Nearest neighbor methods identify a number of samples from the training set that are close to the new sample and then return the average or most common value depending on the task. 

### Decision trees

Decision trees attempt to predict the value of a new sample by learning simple rules from the training samples.

### Ensembles & boosting

Ensembles are combinations of other models. Combining different models together can improve performance by boosting generalizability. An average or most common value from the models is returned.

Boosting builds one model and then attempts to reduce the errors with the next model. At each stage the bias in the model is reduced. In this way many weak predictors can be combined into one much more powerful predictor.

I often begin with an ensemble or boosting approach as they typically give very good performance without needing to be carefully optimized. Many of the other algorithms are sensitive to their parameters.

## Parameter selection

Many of the models require several different parameters to be specified. Their performance is typically heavily influenced by these parameters and choosing the best values is vital in developing the best model.

Some models have alternative implementations that handle parameter selection in an efficient way.

An example is [LassoCV](http://scikit-learn.org/stable/modules/generated/sklearn.linear_model.LassoCV.html).

There is an expanded example in [the documentation](http://scikit-learn.org/stable/auto_examples/linear_model/plot_lasso_model_selection.html#example-linear-model-plot-lasso-model-selection-py).

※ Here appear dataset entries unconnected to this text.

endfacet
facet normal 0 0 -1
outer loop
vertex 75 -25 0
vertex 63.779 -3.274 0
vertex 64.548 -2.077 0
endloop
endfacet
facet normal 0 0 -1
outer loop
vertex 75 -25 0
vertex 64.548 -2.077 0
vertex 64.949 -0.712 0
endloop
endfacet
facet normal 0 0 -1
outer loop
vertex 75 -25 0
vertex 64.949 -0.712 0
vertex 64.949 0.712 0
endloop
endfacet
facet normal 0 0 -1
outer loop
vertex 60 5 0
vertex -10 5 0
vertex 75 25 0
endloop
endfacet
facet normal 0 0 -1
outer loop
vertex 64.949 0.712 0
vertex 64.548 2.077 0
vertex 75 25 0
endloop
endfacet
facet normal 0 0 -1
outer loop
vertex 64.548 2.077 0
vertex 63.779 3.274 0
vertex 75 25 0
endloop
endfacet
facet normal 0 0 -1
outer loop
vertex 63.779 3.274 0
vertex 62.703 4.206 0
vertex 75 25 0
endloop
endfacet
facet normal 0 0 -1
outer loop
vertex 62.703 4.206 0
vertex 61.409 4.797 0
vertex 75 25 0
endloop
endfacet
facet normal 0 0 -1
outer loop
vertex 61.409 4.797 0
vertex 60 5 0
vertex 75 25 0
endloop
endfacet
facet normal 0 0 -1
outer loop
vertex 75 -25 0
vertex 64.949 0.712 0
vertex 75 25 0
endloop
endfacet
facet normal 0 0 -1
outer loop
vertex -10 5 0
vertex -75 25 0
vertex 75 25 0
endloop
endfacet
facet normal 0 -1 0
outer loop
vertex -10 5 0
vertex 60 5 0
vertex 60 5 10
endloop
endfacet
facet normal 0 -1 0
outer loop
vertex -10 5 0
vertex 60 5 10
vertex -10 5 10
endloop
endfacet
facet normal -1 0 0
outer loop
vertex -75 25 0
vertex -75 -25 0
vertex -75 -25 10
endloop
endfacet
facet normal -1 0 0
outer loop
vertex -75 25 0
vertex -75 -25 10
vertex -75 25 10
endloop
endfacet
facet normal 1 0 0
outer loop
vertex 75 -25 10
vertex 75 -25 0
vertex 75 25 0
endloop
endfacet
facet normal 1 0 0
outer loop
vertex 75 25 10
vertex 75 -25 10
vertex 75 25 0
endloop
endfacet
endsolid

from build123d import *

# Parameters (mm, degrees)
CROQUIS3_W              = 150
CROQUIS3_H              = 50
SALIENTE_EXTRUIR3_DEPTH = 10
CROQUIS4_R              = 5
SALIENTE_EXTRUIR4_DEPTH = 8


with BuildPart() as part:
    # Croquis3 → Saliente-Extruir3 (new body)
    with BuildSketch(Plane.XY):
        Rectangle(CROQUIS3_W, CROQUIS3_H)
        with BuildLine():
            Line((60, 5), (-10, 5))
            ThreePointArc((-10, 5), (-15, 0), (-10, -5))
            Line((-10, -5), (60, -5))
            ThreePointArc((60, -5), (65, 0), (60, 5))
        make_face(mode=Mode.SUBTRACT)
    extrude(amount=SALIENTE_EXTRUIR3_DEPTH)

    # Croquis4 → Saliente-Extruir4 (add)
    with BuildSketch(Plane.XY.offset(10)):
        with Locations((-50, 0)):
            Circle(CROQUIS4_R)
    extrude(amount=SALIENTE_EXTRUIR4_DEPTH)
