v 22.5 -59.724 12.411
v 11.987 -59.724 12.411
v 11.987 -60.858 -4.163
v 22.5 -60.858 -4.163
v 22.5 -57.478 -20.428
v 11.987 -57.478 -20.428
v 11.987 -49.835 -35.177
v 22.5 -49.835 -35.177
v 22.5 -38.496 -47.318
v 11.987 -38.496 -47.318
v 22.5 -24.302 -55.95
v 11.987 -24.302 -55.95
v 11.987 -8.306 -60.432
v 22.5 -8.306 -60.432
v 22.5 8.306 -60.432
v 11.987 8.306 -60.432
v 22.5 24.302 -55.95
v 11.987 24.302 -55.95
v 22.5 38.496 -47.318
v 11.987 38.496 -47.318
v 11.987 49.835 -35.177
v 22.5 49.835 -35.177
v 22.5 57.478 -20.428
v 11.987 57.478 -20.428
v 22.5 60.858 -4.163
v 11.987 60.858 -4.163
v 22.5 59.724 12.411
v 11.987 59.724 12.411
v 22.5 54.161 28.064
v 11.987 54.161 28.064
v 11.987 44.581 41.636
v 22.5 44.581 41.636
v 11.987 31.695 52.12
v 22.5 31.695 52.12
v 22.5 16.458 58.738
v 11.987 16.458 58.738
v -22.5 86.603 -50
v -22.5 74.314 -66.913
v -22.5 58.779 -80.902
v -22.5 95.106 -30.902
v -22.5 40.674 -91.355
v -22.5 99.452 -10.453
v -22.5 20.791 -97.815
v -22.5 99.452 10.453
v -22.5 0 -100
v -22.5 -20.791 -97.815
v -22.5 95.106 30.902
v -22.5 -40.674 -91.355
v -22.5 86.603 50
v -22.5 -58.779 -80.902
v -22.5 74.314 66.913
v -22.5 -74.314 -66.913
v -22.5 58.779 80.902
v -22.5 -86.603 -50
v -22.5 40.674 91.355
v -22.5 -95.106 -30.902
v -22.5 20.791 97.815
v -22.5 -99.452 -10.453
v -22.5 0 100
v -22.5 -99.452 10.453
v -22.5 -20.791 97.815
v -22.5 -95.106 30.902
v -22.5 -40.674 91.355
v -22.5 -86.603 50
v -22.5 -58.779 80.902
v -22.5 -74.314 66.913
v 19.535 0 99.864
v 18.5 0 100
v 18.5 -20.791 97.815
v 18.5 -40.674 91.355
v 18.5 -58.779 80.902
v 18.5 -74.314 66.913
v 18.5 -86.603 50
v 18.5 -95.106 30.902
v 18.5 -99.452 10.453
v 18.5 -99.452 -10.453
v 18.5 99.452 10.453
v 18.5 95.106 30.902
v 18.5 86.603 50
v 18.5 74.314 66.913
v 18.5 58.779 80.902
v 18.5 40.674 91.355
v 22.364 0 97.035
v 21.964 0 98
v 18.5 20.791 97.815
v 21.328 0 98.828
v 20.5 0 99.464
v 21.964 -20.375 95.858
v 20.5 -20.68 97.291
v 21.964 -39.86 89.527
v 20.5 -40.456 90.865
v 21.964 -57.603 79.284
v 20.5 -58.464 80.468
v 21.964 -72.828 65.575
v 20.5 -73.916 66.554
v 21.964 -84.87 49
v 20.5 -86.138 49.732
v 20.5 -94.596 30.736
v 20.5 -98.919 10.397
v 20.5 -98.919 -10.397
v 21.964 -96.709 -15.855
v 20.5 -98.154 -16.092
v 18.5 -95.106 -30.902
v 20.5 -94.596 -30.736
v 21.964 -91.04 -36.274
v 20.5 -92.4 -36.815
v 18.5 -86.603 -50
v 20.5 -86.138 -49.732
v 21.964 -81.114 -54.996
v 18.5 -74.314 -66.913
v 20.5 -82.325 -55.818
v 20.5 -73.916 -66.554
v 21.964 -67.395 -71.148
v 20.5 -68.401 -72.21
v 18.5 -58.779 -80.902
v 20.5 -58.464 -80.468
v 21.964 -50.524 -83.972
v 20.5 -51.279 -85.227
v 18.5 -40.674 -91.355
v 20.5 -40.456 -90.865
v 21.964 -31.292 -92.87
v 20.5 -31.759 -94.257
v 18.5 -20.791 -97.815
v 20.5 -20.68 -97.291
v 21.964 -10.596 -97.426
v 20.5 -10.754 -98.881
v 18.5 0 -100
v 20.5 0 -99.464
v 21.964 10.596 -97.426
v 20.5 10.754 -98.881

There are also general classes to handle parameter selection for situations when dedicated classes are not available. As we will often have parameters in preprocessing steps these [general classes](http://scikit-learn.org/stable/modules/grid_search.html) will be used much more often.

## Exercises

1. Load the handwritten digits dataset and choose an appropriate metric
2. Divide the data into a training and test dataset
4. Build a RandomForestClassifier on the training dataset, using cross-validation to evaluate performance
5. Choose another classification algorithm and apply it to the digits dataset. 
6. Use grid search to find the optimal parameters for the chosen algorithm.
7. Comparing the true values with the predictions from the best model identify the numbers that are most commonly confused.